Daylighting creeks is widely embraced these days. But the concept was quite controversial when initially proposed in 1982 for Berkeley’s Strawberry Creek, one of the earliest known daylighting projects in the country. “It was seen as a wacko, dangerous, fringe idea,” recalled Ann Riley, cofounder of the Urban Creeks Council, a Berkeley-based nonprofit dedicated to stewardship of Bay Area streams. “There were worries about endangering children.” City officials also feared that bringing the creek above ground again would cause trash buildup and flooding.

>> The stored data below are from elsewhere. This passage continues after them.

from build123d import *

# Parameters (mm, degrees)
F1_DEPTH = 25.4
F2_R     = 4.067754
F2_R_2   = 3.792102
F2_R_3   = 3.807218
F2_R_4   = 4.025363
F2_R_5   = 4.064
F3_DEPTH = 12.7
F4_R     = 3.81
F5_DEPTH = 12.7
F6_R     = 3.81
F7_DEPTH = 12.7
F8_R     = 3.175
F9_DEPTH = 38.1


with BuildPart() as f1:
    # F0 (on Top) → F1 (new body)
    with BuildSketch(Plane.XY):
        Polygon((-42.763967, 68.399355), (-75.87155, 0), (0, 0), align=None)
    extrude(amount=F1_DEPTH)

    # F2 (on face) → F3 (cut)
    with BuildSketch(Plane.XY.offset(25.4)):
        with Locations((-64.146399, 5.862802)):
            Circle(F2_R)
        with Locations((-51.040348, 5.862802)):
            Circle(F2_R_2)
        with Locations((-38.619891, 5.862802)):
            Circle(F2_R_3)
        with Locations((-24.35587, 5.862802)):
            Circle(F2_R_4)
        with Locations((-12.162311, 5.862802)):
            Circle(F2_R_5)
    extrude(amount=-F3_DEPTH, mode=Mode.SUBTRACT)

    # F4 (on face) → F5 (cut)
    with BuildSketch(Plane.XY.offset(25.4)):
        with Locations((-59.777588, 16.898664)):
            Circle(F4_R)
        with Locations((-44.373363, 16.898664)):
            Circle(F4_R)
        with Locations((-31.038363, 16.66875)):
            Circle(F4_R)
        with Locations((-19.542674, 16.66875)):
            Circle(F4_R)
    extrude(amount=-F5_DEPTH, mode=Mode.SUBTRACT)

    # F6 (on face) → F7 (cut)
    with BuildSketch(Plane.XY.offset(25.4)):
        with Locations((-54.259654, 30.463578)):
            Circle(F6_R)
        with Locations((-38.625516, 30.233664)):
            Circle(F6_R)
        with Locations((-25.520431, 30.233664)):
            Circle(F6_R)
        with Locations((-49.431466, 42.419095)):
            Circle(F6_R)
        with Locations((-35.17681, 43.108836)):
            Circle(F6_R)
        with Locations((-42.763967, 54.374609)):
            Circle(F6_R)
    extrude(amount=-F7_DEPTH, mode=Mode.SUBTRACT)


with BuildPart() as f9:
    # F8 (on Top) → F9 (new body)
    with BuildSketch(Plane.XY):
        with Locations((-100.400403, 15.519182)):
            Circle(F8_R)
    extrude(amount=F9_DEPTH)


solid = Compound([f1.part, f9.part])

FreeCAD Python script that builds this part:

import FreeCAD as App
import Part
import Sketcher
from FreeCAD import Vector
Q = App.Units.Quantity


def add_polygon(sketch, points):
    """Adds a closed chain of lines whose ends are joined by coincident constraints."""
    first, n = sketch.GeometryCount, len(points)
    for a, b in zip(points, points[1:] + points[:1]):
        sketch.addGeometry(Part.LineSegment(App.Vector(*a, 0), App.Vector(*b, 0)), False)
    for i in range(n):
        sketch.addConstraint(Sketcher.Constraint("Coincident", first + i, 2, first + (i + 1) % n, 1))

doc = App.newDocument("Part")
body = doc.addObject("PartDesign::Body", "Body")

# Sketch on XY plane
sketch1 = doc.addObject("Sketcher::SketchObject", "Sketch")
body.addObject(sketch1)
sketch1.AttachmentSupport = (doc.XY_Plane, [""])
sketch1.MapMode = "FlatFace"
add_polygon(sketch1, [(-42.763967, 68.399355), (-75.87155, 0), (0, 0)])  # lines 0-2
sketch1.addConstraint(Sketcher.Constraint("Horizontal", 1))
sketch1.addConstraint(Sketcher.Constraint("Coincident", 1, 2, -1, 1))
sketch1.addConstraint(Sketcher.Constraint("DistanceX", 1, 1, 1, 2, Q("75.87155 mm")))
sketch1.addConstraint(Sketcher.Constraint("Distance", 0, Q("75.990682 mm")))
sketch1.addConstraint(Sketcher.Constraint("Distance", 2, Q("80.667395 mm")))
pad1 = doc.addObject("PartDesign::Pad", "Pad")
body.addObject(pad1)
pad1.Profile = sketch1
pad1.Length = Q("1 in")

# Sketch on XY plane
sketch2 = doc.addObject("Sketcher::SketchObject", "Sketch001")
body.addObject(sketch2)
sketch2.AttachmentSupport = (doc.XY_Plane, [""])
sketch2.MapMode = "FlatFace"
sketch2.AttachmentOffset = App.Placement(Vector(0, 0, 1 * 25.4), App.Rotation())
sketch2.addGeometry(Part.Circle(Vector(-64.146399, 5.862802, 0), Vector(0, 0, 1), 4.067754), False)
sketch2.addGeometry(Part.Circle(Vector(-51.040348, 5.862802, 0), Vector(0, 0, 1), 3.792102), False)
sketch2.addGeometry(Part.Circle(Vector(-38.619891, 5.862802, 0), Vector(0, 0, 1), 3.807218), False)
sketch2.addGeometry(Part.Circle(Vector(-24.35587, 5.862802, 0), Vector(0, 0, 1), 4.025363), False)
sketch2.addGeometry(Part.Circle(Vector(-12.162311, 5.862802, 0), Vector(0, 0, 1), 4.064), False)
sketch2.addConstraint(Sketcher.Constraint("Horizontal", 0, 3, 1, 3))
sketch2.addConstraint(Sketcher.Constraint("Horizontal", 1, 3, 2, 3))
sketch2.addConstraint(Sketcher.Constraint("Horizontal", 2, 3, 3, 3))
sketch2.addConstraint(Sketcher.Constraint("Horizontal", 3, 3, 4, 3))
sketch2.addConstraint(Sketcher.Constraint("Diameter", 4, Q("0.32 in")))
sketch2.addConstraint(Sketcher.Constraint("Diameter", 0, Q("8.135508 mm")))
sketch2.addConstraint(Sketcher.Constraint("Diameter", 1, Q("7.584204 mm")))
sketch2.addConstraint(Sketcher.Constraint("Diameter", 2, Q("7.614436 mm")))
sketch2.addConstraint(Sketcher.Constraint("Diameter", 3, Q("8.050726 mm")))
sketch2.addConstraint(Sketcher.Constraint("DistanceX", 0, 3, -1, 1, Q("64.146399 mm")))
sketch2.addConstraint(Sketcher.Constraint("DistanceX", 1, 3, -1, 1, Q("51.040348 mm")))
sketch2.addConstraint(Sketcher.Constraint("DistanceX", 2, 3, -1, 1, Q("38.619891 mm")))
sketch2.addConstraint(Sketcher.Constraint("DistanceX", 3, 3, -1, 1, Q("24.35587 mm")))
sketch2.addConstraint(Sketcher.Constraint("DistanceX", 4, 3, -1, 1, Q("12.162311 mm")))
sketch2.addConstraint(Sketcher.Constraint("DistanceY", -1, 1, 0, 3, Q("5.862802 mm")))
pocket1 = doc.addObject("PartDesign::Pocket", "Pocket")
body.addObject(pocket1)
pocket1.Profile = sketch2
pocket1.Length = Q("0.5 in")

# Sketch on XY plane
sketch3 = doc.addObject("Sketcher::SketchObject", "Sketch002")
body.addObject(sketch3)
sketch3.AttachmentSupport = (doc.XY_Plane, [""])
sketch3.MapMode = "FlatFace"
sketch3.AttachmentOffset = App.Placement(Vector(0, 0, 1 * 25.4), App.Rotation())
sketch3.addGeometry(Part.Circle(Vector(-59.777588, 16.898664, 0), Vector(0, 0, 1), 3.81), False)
sketch3.addGeometry(Part.Circle(Vector(-44.373363, 16.898664, 0), Vector(0, 0, 1), 3.81), False)
sketch3.addGeometry(Part.Circle(Vector(-31.038363, 16.66875, 0), Vector(0, 0, 1), 3.81), False)
sketch3.addGeometry(Part.Circle(Vector(-19.542674, 16.66875, 0), Vector(0, 0, 1), 3.81), False)
sketch3.addConstraint(Sketcher.Constraint("Equal", 0, 1))
sketch3.addConstraint(Sketcher.Constraint("Equal", 1, 2))
sketch3.addConstraint(Sketcher.Constraint("Equal", 2, 3))
sketch3.addConstraint(Sketcher.Constraint("Horizontal", 0, 3, 1, 3))
sketch3.addConstraint(Sketcher.Constraint("Horizontal", 2, 3, 3, 3))
sketch3.addConstraint(Sketcher.Constraint("Diameter", 0, Q("0.3 in")))
sketch3.addConstraint(Sketcher.Constraint("DistanceY", -1, 1, 2, 3, Q("0.65625 in")))
sketch3.addConstraint(Sketcher.Constraint("DistanceX", 1, 3, 2, 3, Q("0.525 in")))
sketch3.addConstraint(Sketcher.Constraint("DistanceX", 0, 3, -1, 1, Q("59.777588 mm")))
sketch3.addConstraint(Sketcher.Constraint("DistanceX", 2, 3, 3, 3, Q("11.495689 mm")))
sketch3.addConstraint(Sketcher.Constraint("DistanceY", -1, 1, 0, 3, Q("16.898664 mm")))
sketch3.addConstraint(Sketcher.Constraint("DistanceX", 1, 3, -1, 1, Q("44.373363 mm")))
pocket2 = doc.addObject("PartDesign::Pocket", "Pocket001")
body.addObject(pocket2)
pocket2.Profile = sketch3
pocket2.Length = Q("0.5 in")

# Sketch on XY plane
sketch4 = doc.addObject("Sketcher::SketchObject", "Sketch003")
body.addObject(sketch4)
sketch4.AttachmentSupport = (doc.XY_Plane, [""])
sketch4.MapMode = "FlatFace"
sketch4.AttachmentOffset = App.Placement(Vector(0, 0, 1 * 25.4), App.Rotation())
sketch4.addGeometry(Part.Circle(Vector(-54.259654, 30.463578, 0), Vector(0, 0, 1), 3.81), False)
sketch4.addGeometry(Part.Circle(Vector(-38.625516, 30.233664, 0), Vector(0, 0, 1), 3.81), False)
sketch4.addGeometry(Part.Circle(Vector(-25.520431, 30.233664, 0), Vector(0, 0, 1), 3.81), False)
sketch4.addGeometry(Part.Circle(Vector(-49.431466, 42.419095, 0), Vector(0, 0, 1), 3.81), False)
sketch4.addGeometry(Part.Circle(Vector(-35.17681, 43.108836, 0), Vector(0, 0, 1), 3.81), False)
sketch4.addGeometry(Part.Circle(Vector(-42.763967, 54.374609, 0), Vector(0, 0, 1), 3.81), False)
sketch4.addConstraint(Sketcher.Constraint("Equal", 0, 1))
sketch4.addConstraint(Sketcher.Constraint("Equal", 1, 2))
sketch4.addConstraint(Sketcher.Constraint("Equal", 2, 3))
sketch4.addConstraint(Sketcher.Constraint("Equal", 3, 4))
sketch4.addConstraint(Sketcher.Constraint("Equal", 4, 5))
sketch4.addConstraint(Sketcher.Constraint("Horizontal", 1, 3, 2, 3))
sketch4.addConstraint(Sketcher.Constraint("Diameter", 0, Q("0.3 in")))
sketch4.addConstraint(Sketcher.Constraint("DistanceX", 3, 3, 5, 3, Q("0.2625 in")))
sketch4.addConstraint(Sketcher.Constraint("DistanceX", 2, 3, -1, 1, Q("25.520431 mm")))
sketch4.addConstraint(Sketcher.Constraint("DistanceX", 4, 3, -1, 1, Q("35.17681 mm")))
sketch4.addConstraint(Sketcher.Constraint("DistanceY", -1, 1, 5, 3, Q("54.374609 mm")))
sketch4.addConstraint(Sketcher.Constraint("DistanceX", 3, 3, 1, 3, Q("10.80595 mm")))
sketch4.addConstraint(Sketcher.Constraint("DistanceY", 1, 3, 3, 3, Q("12.185431 mm")))
sketch4.addConstraint(Sketcher.Constraint("DistanceY", 1, 3, 4, 3, Q("12.875172 mm")))
sketch4.addConstraint(Sketcher.Constraint("DistanceY", 0, 3, 5, 3, Q("23.911031 mm")))
sketch4.addConstraint(Sketcher.Constraint("DistanceX", 0, 3, -1, 1, Q("54.259654 mm")))
sketch4.addConstraint(Sketcher.Constraint("DistanceX", 1, 3, -1, 1, Q("38.625516 mm")))
sketch4.addConstraint(Sketcher.Constraint("DistanceY", -1, 1, 1, 3, Q("30.233664 mm")))
pocket3 = doc.addObject("PartDesign::Pocket", "Pocket002")
body.addObject(pocket3)
pocket3.Profile = sketch4
pocket3.Length = Q("0.5 in")
body2 = doc.addObject("PartDesign::Body", "Body001")

# Sketch on XY plane
sketch5 = doc.addObject("Sketcher::SketchObject", "Sketch004")
body2.addObject(sketch5)
sketch5.AttachmentSupport = (doc.getObject("XY_Plane001"), [""])
sketch5.MapMode = "FlatFace"
sketch5.addGeometry(Part.Circle(Vector(-100.400403, 15.519182, 0), Vector(0, 0, 1), 3.175), False)
sketch5.addConstraint(Sketcher.Constraint("Diameter", 0, Q("0.25 in")))
sketch5.addConstraint(Sketcher.Constraint("DistanceX", 0, 3, -1, 1, Q("100.400403 mm")))
sketch5.addConstraint(Sketcher.Constraint("DistanceY", -1, 1, 0, 3, Q("15.519182 mm")))
pad2 = doc.addObject("PartDesign::Pad", "Pad001")
body2.addObject(pad2)
pad2.Profile = sketch5
pad2.Length = Q("1.5 in")

doc.recompute()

Strawberry Creek runs freely through much of the UC Berkeley campus and then disappears underground, generally paralleling University Avenue until reaching the Bay. The city’s concerns notwithstanding, community activists prevailed and the stream now resurfaces in Strawberry Creek Park, where a 200-foot section was daylighted in 1984.

“The Strawberry Creek project is widely considered the archetype of daylighting,” according to a year 2000 Rocky Mountain Institute report called Daylighting: New Life for Buried Streams. “It inspired many other projects.” While buried creeks have been re-exposed here and there around the country, the practice really took off in the Bay Area.

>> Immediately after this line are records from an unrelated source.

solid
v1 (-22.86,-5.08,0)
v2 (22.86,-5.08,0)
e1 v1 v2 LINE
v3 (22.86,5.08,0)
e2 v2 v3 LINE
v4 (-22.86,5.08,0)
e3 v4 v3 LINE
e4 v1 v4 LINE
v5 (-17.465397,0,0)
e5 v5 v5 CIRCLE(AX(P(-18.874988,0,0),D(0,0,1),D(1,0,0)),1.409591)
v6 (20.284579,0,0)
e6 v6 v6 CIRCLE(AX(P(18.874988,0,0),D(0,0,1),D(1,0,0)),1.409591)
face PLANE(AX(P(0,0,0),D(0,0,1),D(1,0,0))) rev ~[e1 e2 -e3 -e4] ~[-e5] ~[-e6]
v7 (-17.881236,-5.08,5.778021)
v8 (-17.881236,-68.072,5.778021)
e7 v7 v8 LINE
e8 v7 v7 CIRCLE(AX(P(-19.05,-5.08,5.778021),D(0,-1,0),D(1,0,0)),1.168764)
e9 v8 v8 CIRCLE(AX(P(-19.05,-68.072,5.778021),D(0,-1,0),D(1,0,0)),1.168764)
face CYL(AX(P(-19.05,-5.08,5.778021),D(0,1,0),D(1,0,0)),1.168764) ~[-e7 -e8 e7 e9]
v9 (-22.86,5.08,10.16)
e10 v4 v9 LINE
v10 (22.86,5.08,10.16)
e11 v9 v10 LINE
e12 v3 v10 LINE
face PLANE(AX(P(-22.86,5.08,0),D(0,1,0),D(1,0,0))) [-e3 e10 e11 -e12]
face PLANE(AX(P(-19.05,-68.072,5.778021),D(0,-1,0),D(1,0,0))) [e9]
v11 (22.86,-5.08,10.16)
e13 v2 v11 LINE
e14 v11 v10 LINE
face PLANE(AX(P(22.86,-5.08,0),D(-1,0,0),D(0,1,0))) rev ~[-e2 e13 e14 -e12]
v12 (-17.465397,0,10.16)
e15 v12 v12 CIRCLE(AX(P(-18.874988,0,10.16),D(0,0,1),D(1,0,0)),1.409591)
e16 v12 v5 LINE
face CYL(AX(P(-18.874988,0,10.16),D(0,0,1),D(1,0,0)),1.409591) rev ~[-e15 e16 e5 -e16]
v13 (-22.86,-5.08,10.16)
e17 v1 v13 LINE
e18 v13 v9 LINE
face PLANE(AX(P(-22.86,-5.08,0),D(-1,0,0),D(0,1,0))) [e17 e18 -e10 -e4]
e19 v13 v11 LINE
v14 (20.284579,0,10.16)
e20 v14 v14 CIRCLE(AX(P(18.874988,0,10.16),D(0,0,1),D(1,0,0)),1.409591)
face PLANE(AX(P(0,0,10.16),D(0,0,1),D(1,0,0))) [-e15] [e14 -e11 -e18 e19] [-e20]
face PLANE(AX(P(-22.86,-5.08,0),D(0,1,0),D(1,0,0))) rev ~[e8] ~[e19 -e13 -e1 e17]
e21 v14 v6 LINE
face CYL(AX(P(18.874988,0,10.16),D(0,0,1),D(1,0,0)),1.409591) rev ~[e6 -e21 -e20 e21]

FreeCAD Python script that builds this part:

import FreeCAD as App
import Part
import Sketcher
from FreeCAD import Vector
Q = App.Units.Quantity

doc = App.newDocument("Part")
body = doc.addObject("PartDesign::Body", "Body")

# Sketch on XY plane
sketch1 = body.newObject("Sketcher::SketchObject", "Sketch")
sketch1.AttachmentSupport = (doc.getObject("XY_Plane"), [""])
sketch1.MapMode = "FlatFace"
sketch1.addGeometry([
    Part.LineSegment(Vector(-23, 5, 0), Vector(-23, -5, 0)),
    Part.LineSegment(Vector(-23, -5, 0), Vector(23, -5, 0)),
    Part.LineSegment(Vector(23, -5, 0), Vector(23, 5, 0)),
    Part.LineSegment(Vector(23, 5, 0), Vector(-23, 5, 0)),
], False)
sketch1.addConstraint([
    Sketcher.Constraint("Coincident", 0, 2, 1, 1),
    Sketcher.Constraint("Coincident", 1, 2, 2, 1),
    Sketcher.Constraint("Coincident", 2, 2, 3, 1),
    Sketcher.Constraint("Coincident", 3, 2, 0, 1),
    Sketcher.Constraint("Vertical", 0),
    Sketcher.Constraint("Horizontal", 1),
    Sketcher.Constraint("Vertical", 2),
    Sketcher.Constraint("Horizontal", 3),
    Sketcher.Constraint("Symmetric", 0, 2, 2, 2, -1, 1),
    Sketcher.Constraint("DistanceX", 1, 1, 1, 2, Q("1.8 in")),
    Sketcher.Constraint("DistanceY", 0, 2, 0, 1, Q("0.4 in")),
])
pad1 = body.newObject("PartDesign::Pad", "Pad")
pad1.Profile = sketch1
pad1.Length = Q("0.4 in")

# Sketch on XY plane
sketch2 = body.newObject("Sketcher::SketchObject", "Sketch001")
sketch2.AttachmentSupport = (doc.getObject("XY_Plane"), [""])
sketch2.MapMode = "FlatFace"
sketch2.AttachmentOffset = App.Placement(Vector(0, 0, 0.4 * 25.4), App.Rotation())
sketch2.addGeometry([
    Part.Circle(Vector(-18.9, 0, 0), Vector(0, 0, 1), 1.4),
    Part.Circle(Vector(18.9, 0, 0), Vector(0, 0, 1), 1.4),
], False)
sketch2.addConstraint([
    Sketcher.Constraint("Equal", 0, 1),
    Sketcher.Constraint("Symmetric", 0, 3, 1, 3, -1, 1),
    Sketcher.Constraint("PointOnObject", 0, 3, -1),
    Sketcher.Constraint("Diameter", 0, 2.819182),
    Sketcher.Constraint("DistanceX", 0, 3, -1, 1, 18.874988),
])
pocket1 = body.newObject("PartDesign::Pocket", "Pocket")
pocket1.Profile = sketch2
pocket1.Length = Q("1 in")

# Sketch on XZ plane
sketch3 = body.newObject("Sketcher::SketchObject", "Sketch002")
sketch3.AttachmentSupport = (doc.getObject("XZ_Plane"), [""])
sketch3.MapMode = "FlatFace"
sketch3.AttachmentOffset = App.Placement(Vector(0, 0, 0.2 * 25.4), App.Rotation())
sketch3.addGeometry(Part.Circle(Vector(-19.1, 5.8, 0), Vector(0, 0, 1), 1.2), False)
sketch3.addConstraint([
    Sketcher.Constraint("DistanceX", 0, 3, -1, 1, Q("0.75 in")),
    Sketcher.Constraint("Diameter", 0, 2.337528),
    Sketcher.Constraint("DistanceY", -1, 1, 0, 3, 5.778021),
])
pad2 = body.newObject("PartDesign::Pad", "Pad001")
pad2.Profile = sketch3
pad2.Length = Q("2.48 in")

doc.recompute()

Riley rapidly ticked off a dozen or so local projects, including a recent one at Cerrito Creek that illustrates the turnaround in institutional perceptions of daylighting. Instead of voicing objections, as the City of Berkeley did in the early 1980s, the City of El Cerrito actually required re-exposing a 180-foot stretch of the creek as a condition for developing an apartment complex adjacent to the El Cerrito Plaza shopping center. “There’s been a huge political attitude change,” said Riley, who chronicles this evolution in her 2016 book Restoring Neighborhood Streams. “It really is remarkable.”

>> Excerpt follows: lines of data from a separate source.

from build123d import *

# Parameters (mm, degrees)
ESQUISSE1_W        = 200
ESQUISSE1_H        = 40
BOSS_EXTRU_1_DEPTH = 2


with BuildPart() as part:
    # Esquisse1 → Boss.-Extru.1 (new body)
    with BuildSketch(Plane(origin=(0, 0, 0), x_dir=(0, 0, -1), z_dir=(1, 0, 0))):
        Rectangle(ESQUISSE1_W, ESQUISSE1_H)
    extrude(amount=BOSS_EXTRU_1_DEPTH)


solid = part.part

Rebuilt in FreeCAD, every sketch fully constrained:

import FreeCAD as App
import Part
import Sketcher
from FreeCAD import Vector
Q = App.Units.Quantity

doc = App.newDocument("Part")
params = doc.addObject("Spreadsheet::Sheet", "Params")
for row, (alias, value) in enumerate([
    ("sketch1_width", "40 mm"),
    ("sketch1_height", "200 mm"),
    ("pad1_length", "2 mm"),
], start=1):
    params.set(f"A{row}", alias)
    params.set(f"B{row}", "=" + value)
    params.setAlias(f"B{row}", alias)

body = doc.addObject("PartDesign::Body", "Body")

# Sketch on YZ plane
sketch1 = body.newObject("Sketcher::SketchObject", "Sketch")
sketch1.AttachmentSupport = (doc.getObject("YZ_Plane"), [""])
sketch1.MapMode = "FlatFace"
sketch1.addGeometry(Part.LineSegment(Vector(20, 100, 0), Vector(-20, 100, 0)), False)
sketch1.addGeometry(Part.LineSegment(Vector(-20, 100, 0), Vector(-20, -100, 0)), False)
sketch1.addGeometry(Part.LineSegment(Vector(-20, -100, 0), Vector(20, -100, 0)), False)
sketch1.addGeometry(Part.LineSegment(Vector(20, -100, 0), Vector(20, 100, 0)), False)
sketch1.addConstraint(Sketcher.Constraint("Coincident", 0, 2, 1, 1))
sketch1.addConstraint(Sketcher.Constraint("Coincident", 1, 2, 2, 1))
sketch1.addConstraint(Sketcher.Constraint("Coincident", 2, 2, 3, 1))
sketch1.addConstraint(Sketcher.Constraint("Coincident", 3, 2, 0, 1))
sketch1.addConstraint(Sketcher.Constraint("Horizontal", 0))
sketch1.addConstraint(Sketcher.Constraint("Vertical", 1))
sketch1.addConstraint(Sketcher.Constraint("Horizontal", 2))
sketch1.addConstraint(Sketcher.Constraint("Vertical", 3))
sketch1.addConstraint(Sketcher.Constraint("Symmetric", 0, 2, 2, 2, -1, 1))
sketch1.addConstraint(Sketcher.Constraint("DistanceX", 0, 2, 0, 1, Q("40 mm")))
sketch1.addConstraint(Sketcher.Constraint("DistanceY", 1, 2, 1, 1, Q("200 mm")))
sketch1.setExpression("Constraints[9]", "Params.sketch1_width")
sketch1.setExpression("Constraints[10]", "Params.sketch1_height")
pad1 = body.newObject("PartDesign::Pad", "Pad")
pad1.Profile = sketch1
pad1.setExpression("Length", "Params.pad1_length")

doc.recompute()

To raise awareness of the Bay Area’s many creeks, in the early 1990s the Oakland Museum of California began mapping Bay Area creeks both above and below ground. “They wanted maps that people could carry around to find their creeks,” said Janet Sowers, a geologist at Fugro Consultants, a Walnut Creek-based environmental engineering firm, who has worked on the project since the very beginning.

The first map covered Oakland and Berkeley, tracing the meandering paths of historical creeks as well as their highly-altered modern routes. “Creeks still flow from the hills to the Bay, so it’s still a watershed,” Sowers said. “But in general, there is more underground stormdrain network than original creek network.”

Free-flowing creeks are depicted in blue while culverted waterways are in gold. The City of Berkeley, for example, has a scattering of blue squiggles but is dominated by straight gold lines that show where water is shunted underneath the city and down to the Bay. “The map was so popular we kept going,” Sowers said. “We now have 17 maps around the Bay.” Creek maps are available from the Oakland Museum store, and there is also an online Google Earth version for Alameda County.

Major funding for the creek mapping project came from the Alameda County Flood Control and Water Conservation District, and the Santa Clara Valley Water District. The motivation, Sowers explained, was to reduce water pollution. Knowing about the waterways around — and below — us could instill mindfulness of the connections between our actions and ecological health. For example, people contaminate streams with excess fertilizer and pesticides from gardens as well as oil and other toxic chemicals from streets. “If citizens are more informed and engaged, they are more likely to be good stewards of creeks,” Sowers said.

Robin Meadows covers water for the Monitor.